WingTask has an obvious goal of making Taskwarrior tasks available on mobile and tablet devices. Another goal of WingTask is to provide a UI that is complementary to Taskwarrior the CLI. This means a few things, first is that WingTask will never to try to be a feature for feature mirror of what Taskwarrior does. Taskwarrior and the CLI will always be the best, fastewst and most powerful way to do things. Second, attention will be placed towards building UI features that take advantage of things that GUIs are better at than CLIs.

Things that might be better in WingTask than Taskwarrior

  1. WingTask as a gateway to Taskwarrior. In the early stages of adoption it might be easier for new users to use a GUI like WingTask and then graduate to Taskwarrior as they become more advanced. WingTask should strive to be consistent with Taskwarrior so that a user who first uses WingTask does not experience any cognitive breaks when using Taskwarrior. Another idea is an interface allowing for the creation of complex filters through inputs and then a source button that when clicked shows the equivalent taskwarrior command with a click to copy. The presumption is that a user will eventually make use of both of WingTask and Taskwarrior.

  2. Browsing Workflows. Browsing projects and tags, then browsing the tasks for a particalur project and tag is something that is an advantage of the GUI. Dragging and dropping of tasks between projects and tags is something that also favors the GUI and is something I’m keen to build.

  3. Important one-time or infrequent workflows Taskwarrior has a companion Task shell that allows you to review your tasks. I think swiping through the tasks to be reviewed then clicking on a button for actions to take on a task during the review might be something that is nicer with a GUI.
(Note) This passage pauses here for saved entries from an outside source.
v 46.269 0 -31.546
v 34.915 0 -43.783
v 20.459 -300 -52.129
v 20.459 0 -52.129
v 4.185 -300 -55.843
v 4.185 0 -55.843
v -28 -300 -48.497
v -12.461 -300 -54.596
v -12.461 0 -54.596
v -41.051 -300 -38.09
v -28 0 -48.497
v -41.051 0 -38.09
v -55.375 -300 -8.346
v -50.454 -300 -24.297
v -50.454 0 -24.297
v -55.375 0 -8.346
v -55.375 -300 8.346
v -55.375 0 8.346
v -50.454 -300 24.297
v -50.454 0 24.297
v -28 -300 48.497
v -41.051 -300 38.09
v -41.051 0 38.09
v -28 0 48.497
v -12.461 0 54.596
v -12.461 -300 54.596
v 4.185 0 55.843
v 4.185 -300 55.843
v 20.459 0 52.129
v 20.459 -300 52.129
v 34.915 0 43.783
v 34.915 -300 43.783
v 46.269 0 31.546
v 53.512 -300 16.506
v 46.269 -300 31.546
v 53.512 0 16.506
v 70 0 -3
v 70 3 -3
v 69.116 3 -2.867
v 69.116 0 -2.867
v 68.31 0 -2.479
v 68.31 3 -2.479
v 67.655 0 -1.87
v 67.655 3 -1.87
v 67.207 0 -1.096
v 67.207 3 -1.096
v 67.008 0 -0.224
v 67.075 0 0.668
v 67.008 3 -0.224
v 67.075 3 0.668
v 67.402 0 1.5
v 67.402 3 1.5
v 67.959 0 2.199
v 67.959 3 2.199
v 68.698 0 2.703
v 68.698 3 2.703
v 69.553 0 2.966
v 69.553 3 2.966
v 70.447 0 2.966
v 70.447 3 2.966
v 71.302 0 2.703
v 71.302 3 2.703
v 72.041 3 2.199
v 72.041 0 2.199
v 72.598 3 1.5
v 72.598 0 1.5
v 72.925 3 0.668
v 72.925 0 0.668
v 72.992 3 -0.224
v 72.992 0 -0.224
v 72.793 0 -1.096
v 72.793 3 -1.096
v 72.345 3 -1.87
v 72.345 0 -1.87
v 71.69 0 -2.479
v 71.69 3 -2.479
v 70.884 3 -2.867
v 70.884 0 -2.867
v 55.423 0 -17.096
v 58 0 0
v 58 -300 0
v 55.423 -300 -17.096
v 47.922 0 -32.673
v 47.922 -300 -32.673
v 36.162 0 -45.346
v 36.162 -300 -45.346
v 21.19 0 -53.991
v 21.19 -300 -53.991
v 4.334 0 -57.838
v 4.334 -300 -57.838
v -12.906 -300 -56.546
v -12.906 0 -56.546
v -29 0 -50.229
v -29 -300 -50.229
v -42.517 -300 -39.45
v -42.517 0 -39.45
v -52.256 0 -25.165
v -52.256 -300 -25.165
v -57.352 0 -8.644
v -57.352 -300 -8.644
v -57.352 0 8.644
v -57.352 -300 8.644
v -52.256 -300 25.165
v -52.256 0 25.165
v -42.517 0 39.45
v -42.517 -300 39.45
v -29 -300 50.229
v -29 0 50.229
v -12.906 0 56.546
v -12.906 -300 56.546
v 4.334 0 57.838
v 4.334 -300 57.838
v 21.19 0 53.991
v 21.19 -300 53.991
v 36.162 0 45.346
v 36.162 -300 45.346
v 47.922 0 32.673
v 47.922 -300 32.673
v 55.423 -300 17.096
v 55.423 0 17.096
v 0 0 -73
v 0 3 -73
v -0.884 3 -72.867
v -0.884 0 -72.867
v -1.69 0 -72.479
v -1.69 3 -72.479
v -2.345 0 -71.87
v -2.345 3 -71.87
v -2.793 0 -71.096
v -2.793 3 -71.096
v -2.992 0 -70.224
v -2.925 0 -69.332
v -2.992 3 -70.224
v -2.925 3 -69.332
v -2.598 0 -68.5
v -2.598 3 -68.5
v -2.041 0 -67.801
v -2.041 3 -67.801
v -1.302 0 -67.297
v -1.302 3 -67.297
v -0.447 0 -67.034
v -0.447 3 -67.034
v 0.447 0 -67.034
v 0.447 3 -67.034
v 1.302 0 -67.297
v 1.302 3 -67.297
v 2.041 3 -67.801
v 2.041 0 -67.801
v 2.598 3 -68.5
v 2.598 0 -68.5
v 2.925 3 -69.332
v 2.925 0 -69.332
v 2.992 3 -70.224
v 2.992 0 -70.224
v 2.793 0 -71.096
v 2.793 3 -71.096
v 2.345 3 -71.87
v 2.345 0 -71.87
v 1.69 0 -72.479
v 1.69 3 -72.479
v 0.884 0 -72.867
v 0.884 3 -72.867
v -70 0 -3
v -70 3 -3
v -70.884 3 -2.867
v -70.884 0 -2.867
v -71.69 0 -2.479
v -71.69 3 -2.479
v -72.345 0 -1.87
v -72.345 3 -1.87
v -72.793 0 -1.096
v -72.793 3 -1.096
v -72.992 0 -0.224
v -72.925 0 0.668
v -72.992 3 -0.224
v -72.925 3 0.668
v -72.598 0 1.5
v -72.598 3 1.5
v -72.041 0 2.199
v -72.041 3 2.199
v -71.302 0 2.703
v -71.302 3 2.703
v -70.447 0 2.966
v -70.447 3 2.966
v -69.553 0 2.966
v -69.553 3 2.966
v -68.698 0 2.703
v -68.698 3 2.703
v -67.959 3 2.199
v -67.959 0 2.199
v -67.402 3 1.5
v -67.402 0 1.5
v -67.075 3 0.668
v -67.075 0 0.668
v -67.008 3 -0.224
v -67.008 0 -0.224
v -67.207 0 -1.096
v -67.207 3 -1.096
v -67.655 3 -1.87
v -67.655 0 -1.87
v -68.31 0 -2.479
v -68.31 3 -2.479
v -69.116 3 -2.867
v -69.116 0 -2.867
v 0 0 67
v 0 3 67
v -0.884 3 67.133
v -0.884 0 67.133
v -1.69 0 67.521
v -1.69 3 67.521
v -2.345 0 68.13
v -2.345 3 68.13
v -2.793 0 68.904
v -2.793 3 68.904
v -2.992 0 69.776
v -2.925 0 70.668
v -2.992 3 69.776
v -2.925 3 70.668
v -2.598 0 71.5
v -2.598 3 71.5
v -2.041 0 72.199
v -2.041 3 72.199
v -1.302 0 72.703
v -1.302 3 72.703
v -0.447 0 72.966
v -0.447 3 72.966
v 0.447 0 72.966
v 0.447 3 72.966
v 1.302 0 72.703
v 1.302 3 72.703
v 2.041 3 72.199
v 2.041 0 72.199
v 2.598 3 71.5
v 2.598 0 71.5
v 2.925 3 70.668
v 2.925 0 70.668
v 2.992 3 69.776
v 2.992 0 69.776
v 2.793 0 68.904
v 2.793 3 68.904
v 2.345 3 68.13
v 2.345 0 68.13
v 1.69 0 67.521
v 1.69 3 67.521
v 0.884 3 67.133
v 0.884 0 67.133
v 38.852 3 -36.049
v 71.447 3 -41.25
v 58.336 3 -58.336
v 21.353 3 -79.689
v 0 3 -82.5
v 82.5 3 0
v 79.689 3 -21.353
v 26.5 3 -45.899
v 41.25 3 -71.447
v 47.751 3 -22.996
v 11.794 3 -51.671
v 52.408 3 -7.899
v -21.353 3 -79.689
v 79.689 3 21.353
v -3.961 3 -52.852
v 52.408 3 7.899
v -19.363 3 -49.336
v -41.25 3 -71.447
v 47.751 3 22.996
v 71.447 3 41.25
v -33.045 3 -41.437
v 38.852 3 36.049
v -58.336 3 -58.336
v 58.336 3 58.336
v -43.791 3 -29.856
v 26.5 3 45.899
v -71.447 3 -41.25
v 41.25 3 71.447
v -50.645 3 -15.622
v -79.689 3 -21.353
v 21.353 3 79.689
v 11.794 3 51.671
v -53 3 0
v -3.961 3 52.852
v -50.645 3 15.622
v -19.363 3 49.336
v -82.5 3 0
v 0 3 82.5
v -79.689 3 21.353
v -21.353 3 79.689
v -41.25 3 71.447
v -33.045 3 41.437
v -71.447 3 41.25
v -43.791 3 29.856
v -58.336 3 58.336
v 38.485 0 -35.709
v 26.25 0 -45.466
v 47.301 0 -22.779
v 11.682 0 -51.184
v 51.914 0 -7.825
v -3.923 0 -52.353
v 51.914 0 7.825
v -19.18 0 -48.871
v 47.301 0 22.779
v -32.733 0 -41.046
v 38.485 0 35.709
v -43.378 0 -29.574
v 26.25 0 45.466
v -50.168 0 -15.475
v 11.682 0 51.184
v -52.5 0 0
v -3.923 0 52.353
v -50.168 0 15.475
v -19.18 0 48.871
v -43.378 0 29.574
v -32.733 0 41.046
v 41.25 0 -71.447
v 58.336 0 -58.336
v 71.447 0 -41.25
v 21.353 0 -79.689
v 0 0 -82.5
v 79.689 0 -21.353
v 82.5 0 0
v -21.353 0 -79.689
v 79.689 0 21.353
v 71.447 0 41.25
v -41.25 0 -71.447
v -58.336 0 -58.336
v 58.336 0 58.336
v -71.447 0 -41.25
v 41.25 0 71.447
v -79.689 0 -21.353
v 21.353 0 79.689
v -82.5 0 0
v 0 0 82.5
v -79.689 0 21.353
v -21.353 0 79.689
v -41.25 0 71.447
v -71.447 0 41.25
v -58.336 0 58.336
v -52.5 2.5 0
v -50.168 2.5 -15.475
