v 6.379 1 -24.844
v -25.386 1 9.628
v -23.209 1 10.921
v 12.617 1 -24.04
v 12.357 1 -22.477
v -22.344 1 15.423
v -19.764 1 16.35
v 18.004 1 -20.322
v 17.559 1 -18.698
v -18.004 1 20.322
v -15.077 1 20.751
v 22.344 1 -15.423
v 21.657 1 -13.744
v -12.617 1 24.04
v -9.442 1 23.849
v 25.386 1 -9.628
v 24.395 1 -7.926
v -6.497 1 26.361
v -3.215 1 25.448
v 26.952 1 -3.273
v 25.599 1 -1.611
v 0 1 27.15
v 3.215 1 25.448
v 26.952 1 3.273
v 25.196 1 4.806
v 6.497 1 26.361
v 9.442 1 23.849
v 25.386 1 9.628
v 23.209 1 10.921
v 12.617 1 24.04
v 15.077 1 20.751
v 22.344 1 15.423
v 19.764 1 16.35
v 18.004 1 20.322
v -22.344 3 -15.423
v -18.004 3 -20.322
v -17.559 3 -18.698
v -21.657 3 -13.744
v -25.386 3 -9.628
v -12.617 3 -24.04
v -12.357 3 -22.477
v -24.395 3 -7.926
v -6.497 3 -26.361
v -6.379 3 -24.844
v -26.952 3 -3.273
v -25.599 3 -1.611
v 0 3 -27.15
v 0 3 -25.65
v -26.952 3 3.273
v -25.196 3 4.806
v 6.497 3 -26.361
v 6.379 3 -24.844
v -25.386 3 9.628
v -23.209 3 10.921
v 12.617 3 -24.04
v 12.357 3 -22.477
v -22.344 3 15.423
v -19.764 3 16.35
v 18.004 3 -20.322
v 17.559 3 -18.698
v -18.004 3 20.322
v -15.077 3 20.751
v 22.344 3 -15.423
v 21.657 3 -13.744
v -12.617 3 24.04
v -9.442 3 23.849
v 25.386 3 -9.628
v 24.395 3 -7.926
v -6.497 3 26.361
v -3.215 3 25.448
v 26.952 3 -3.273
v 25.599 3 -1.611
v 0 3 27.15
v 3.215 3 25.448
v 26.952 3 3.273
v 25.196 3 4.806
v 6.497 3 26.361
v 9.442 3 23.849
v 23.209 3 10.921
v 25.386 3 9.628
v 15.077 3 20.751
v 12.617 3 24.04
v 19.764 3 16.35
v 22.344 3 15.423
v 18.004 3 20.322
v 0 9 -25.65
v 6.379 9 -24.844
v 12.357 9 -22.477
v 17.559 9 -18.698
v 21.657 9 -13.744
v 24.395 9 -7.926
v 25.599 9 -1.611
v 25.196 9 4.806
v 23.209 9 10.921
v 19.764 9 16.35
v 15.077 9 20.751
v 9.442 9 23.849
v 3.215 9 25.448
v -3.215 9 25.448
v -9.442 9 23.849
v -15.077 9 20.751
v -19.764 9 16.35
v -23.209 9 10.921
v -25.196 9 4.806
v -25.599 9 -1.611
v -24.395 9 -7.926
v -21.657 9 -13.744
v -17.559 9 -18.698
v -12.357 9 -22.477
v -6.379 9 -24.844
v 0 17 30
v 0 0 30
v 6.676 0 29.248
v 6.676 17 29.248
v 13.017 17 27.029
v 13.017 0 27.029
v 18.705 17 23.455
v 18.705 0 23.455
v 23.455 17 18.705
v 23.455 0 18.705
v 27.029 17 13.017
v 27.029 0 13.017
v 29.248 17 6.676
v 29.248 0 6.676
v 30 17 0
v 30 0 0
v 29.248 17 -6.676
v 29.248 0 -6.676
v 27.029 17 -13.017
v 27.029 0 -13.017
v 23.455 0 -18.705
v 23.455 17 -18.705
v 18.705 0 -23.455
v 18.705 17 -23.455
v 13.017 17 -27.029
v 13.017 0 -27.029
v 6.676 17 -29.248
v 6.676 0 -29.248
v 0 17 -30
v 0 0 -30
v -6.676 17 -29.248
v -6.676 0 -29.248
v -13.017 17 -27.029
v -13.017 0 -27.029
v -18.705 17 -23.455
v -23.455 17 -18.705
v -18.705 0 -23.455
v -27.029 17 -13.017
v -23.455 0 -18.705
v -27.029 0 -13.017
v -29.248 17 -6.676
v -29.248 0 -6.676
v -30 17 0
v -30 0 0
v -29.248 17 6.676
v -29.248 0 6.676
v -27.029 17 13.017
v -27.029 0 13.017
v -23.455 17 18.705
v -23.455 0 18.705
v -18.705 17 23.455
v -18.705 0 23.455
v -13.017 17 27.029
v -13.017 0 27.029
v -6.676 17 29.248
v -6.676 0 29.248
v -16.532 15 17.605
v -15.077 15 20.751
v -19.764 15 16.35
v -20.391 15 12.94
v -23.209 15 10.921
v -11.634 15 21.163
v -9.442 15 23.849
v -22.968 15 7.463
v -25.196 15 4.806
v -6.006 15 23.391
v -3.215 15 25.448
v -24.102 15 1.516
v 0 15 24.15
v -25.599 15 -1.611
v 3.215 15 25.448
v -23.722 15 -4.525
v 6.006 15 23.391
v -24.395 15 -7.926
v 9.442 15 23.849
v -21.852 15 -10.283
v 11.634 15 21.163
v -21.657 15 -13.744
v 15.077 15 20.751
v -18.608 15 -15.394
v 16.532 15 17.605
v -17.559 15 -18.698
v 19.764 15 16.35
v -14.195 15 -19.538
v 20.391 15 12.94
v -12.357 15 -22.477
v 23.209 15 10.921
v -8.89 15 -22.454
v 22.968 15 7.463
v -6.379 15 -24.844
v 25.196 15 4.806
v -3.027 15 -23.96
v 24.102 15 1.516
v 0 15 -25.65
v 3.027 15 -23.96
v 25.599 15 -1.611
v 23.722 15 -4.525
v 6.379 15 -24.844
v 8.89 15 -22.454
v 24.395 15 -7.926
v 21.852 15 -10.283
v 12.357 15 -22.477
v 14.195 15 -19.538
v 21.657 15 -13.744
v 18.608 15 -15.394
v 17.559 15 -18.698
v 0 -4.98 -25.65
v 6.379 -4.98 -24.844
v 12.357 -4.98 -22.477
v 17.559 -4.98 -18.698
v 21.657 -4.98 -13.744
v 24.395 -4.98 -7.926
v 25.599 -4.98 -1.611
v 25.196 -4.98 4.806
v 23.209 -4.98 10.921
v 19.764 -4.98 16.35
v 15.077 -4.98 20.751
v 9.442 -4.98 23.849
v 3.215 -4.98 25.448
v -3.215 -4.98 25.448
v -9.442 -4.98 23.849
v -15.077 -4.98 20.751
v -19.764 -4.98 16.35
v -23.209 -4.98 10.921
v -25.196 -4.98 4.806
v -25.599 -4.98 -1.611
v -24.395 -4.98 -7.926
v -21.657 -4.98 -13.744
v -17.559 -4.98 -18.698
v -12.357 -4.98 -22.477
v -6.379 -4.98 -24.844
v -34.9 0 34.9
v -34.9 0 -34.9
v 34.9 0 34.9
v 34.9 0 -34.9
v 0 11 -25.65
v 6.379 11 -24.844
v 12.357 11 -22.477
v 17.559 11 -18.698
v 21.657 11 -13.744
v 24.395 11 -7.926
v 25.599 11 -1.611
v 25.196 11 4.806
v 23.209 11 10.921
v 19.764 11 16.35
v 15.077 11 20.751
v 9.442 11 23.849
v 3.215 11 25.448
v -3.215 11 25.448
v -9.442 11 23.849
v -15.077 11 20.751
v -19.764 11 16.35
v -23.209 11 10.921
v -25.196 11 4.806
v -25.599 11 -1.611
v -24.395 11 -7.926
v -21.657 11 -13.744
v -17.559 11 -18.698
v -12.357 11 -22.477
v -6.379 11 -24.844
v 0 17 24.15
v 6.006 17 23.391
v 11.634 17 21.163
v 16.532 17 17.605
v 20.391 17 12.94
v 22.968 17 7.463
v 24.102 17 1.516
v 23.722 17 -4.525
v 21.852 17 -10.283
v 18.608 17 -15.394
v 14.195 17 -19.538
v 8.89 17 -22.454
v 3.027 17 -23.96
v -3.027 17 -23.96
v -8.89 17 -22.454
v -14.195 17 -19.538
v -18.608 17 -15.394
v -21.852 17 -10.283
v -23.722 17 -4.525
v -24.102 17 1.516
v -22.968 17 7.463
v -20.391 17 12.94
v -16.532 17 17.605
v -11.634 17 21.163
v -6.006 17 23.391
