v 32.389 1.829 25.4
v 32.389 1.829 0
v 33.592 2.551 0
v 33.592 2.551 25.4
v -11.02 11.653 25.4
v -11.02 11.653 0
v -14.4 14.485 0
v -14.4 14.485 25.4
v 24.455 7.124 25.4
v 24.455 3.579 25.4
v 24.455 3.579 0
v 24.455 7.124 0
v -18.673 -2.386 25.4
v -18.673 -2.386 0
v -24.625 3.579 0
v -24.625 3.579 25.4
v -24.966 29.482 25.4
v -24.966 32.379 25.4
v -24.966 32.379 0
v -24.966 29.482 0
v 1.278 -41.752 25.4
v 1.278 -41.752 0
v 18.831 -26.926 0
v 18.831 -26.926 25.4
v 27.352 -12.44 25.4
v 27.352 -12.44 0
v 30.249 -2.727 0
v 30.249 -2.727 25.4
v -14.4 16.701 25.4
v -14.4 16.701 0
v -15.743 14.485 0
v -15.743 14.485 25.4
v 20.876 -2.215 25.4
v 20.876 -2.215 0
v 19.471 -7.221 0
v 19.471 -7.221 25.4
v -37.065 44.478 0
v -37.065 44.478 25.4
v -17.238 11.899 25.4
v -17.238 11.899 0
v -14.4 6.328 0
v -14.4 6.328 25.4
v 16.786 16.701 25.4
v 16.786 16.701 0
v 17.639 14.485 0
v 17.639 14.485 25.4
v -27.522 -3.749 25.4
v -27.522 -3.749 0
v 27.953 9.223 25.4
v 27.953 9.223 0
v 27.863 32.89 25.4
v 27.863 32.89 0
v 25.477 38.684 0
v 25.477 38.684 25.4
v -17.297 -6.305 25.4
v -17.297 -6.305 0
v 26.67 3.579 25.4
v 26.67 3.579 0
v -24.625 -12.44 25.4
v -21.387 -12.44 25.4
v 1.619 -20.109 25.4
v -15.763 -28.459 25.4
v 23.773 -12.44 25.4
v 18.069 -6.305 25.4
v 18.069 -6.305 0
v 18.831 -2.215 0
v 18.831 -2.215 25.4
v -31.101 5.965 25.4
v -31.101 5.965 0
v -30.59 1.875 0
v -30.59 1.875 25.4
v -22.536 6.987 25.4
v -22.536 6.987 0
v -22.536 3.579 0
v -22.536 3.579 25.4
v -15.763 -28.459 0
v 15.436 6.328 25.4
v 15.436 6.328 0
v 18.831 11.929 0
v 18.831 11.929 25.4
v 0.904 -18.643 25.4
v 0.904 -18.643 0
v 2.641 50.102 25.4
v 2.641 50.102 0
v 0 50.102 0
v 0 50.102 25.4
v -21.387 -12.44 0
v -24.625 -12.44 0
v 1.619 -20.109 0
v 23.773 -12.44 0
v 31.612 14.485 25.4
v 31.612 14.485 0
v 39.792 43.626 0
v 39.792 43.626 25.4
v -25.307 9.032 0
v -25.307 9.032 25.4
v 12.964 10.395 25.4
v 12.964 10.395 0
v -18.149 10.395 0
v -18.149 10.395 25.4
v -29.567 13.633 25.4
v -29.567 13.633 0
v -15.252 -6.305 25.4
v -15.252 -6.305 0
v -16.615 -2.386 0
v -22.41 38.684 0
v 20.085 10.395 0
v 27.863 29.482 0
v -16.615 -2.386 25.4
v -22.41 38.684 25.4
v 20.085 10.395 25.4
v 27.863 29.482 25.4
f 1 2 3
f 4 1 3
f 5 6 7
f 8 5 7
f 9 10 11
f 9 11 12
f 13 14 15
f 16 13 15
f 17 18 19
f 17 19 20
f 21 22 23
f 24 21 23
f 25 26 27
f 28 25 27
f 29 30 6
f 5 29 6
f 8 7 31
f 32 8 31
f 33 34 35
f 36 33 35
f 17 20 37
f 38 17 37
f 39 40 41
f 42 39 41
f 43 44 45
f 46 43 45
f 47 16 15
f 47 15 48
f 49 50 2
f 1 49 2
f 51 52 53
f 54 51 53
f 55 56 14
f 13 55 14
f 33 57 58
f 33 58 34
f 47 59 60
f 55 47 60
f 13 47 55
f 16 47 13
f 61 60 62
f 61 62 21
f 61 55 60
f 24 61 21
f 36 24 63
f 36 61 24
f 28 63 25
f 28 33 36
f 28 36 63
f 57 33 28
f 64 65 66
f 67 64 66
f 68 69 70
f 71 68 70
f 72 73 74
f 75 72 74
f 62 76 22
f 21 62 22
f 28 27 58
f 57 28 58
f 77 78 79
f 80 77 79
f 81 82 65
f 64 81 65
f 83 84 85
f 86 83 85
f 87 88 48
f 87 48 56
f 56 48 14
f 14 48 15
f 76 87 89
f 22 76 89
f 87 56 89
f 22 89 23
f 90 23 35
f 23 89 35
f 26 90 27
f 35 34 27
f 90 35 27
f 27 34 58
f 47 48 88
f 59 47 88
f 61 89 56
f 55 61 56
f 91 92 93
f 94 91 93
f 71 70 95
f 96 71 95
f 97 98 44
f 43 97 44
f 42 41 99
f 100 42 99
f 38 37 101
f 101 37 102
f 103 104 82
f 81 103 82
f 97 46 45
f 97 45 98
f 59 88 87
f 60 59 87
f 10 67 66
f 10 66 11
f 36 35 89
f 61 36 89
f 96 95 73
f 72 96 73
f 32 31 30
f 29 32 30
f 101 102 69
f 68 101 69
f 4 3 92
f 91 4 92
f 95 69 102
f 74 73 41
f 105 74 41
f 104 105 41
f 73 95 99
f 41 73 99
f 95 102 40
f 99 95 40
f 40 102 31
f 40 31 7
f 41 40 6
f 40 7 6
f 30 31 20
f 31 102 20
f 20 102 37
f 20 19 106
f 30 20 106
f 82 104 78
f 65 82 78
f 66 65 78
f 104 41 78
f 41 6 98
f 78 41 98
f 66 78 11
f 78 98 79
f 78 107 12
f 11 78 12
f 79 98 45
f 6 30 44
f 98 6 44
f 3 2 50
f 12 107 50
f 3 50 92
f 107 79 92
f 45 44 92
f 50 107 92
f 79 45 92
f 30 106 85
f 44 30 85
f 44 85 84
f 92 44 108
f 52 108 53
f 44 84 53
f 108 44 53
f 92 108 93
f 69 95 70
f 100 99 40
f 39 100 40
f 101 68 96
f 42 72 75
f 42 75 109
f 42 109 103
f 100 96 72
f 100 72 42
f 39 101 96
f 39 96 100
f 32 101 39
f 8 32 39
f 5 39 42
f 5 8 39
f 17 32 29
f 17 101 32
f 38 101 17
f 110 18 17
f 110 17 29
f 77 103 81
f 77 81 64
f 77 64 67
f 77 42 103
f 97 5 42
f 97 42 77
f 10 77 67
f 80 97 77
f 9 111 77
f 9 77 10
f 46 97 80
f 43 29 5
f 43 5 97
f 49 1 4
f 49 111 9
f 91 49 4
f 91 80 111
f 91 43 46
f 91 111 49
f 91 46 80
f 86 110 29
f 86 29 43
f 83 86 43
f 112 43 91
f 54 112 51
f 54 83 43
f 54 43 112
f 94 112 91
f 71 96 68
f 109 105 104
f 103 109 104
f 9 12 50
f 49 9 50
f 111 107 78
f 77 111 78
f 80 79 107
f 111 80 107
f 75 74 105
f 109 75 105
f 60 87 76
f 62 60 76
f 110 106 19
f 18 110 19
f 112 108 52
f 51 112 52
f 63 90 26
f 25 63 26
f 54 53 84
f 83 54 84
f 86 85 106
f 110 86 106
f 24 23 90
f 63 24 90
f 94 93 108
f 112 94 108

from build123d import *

# Parameters (mm, degrees)
F1_DEPTH = 25.4


with BuildPart() as f1:
    # F0 (on Top) → F1 (new body)
    with BuildSketch(Plane.XY):
        Polygon((-27.522078, -3.749137), (-24.625016, -12.440319), (-21.387124, -12.440319), (-15.763419, -28.459361), (1.278116, -41.751757), (18.830895, -26.925623), (23.77294, -12.440319), (27.351663, -12.440319), (30.248724, -2.726645), (26.670001, 3.578722), (20.875881, -2.215399), (19.470939, -7.220506), (1.618946, -20.109011), (-17.297156, -6.305368), (-18.673169, -2.385815), (-24.625016, 3.578722), align=None)
        Polygon((0, -12.474165), (-22.53563, 6.986716), (-22.53563, 3.578722), (-16.615495, -2.385815), (-15.252173, -6.305368), (0.903641, -18.642962), (18.06899, -6.305368), (18.830895, -2.215399), (24.454599, 3.578722), (24.454599, 7.123598), align=None)
        Polygon((-28.203737, 18.575272), (-29.567061, 13.633227), (-31.100798, 5.964537), (-30.589553, 1.874569), (-25.306677, 9.032013), (-22.53563, 6.986716), (0, -12.474165), (24.454599, 7.123598), (27.953023, 9.222652), (32.388937, 1.829458), (33.591868, 2.551216), (31.612046, 14.485304), (30.419139, 19.086517), (23.77294, 25.732715), (17.297158, 22.153994), (1.448531, 41.24051), (-14.400096, 22.324407), (-20.023802, 25.732715), align=None)
        Polygon((-14.400096, 6.328176), (-18.149232, 10.395336), (-17.238215, 11.898515), align=None, mode=Mode.SUBTRACT)
        Polygon((-11.020094, 11.653411), (-14.400096, 14.485304), (-15.742762, 14.485304), (-14.400096, 16.700704), align=None, mode=Mode.SUBTRACT)
        Polygon((15.436412, 6.328176), (18.830895, 11.929073), (20.084595, 10.395336), align=None, mode=Mode.SUBTRACT)
        Polygon((12.964475, 10.395336), (16.78591, 16.700704), (17.638725, 14.485304), align=None, mode=Mode.SUBTRACT)
        Polygon((-24.965847, 29.481854), (-37.065335, 44.478402), (-29.567061, 13.633227), (-28.203737, 18.575272), (-20.023802, 25.732715), (-14.400096, 22.324407), (1.448531, 41.24051), (17.297158, 22.153994), (23.77294, 25.732715), (30.419139, 19.086517), (31.612046, 14.485304), (39.791983, 43.626327), (27.862908, 29.481854), (27.862908, 32.89016), (25.477091, 38.684282), (2.641438, 50.102107), (0, 50.102107), (-22.409616, 38.684282), (-24.965847, 32.378912), align=None)
    extrude(amount=F1_DEPTH)


solid = f1.part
  4. Workflows that involve making sense of large amounts of tasks. Taskwarrior has graphs and of course the GUI can replicate those with better visuals but there might be other things like graphing the relationships between tasks, or showing a visual representation of when tasks are completed similar to how git shows when commits are completed, timelines, etc.

  5. Workflows that involve the rest of the web Taskwarrior allows various dates to be associated with a task but I would caution anyone against the idea that Taskwarrior could be a replacement for a calendar. Events and tasks are different animals and it might be interesting to be able to associate some tasks with an event in Google calendar or Apple ical and then jump between WingTask and the calendars via links. Perhaps also a user defined attribute could be added to Tasks for location and the location is a link to google maps. Github also makes a compelling option where commits can be regard as completed tasks.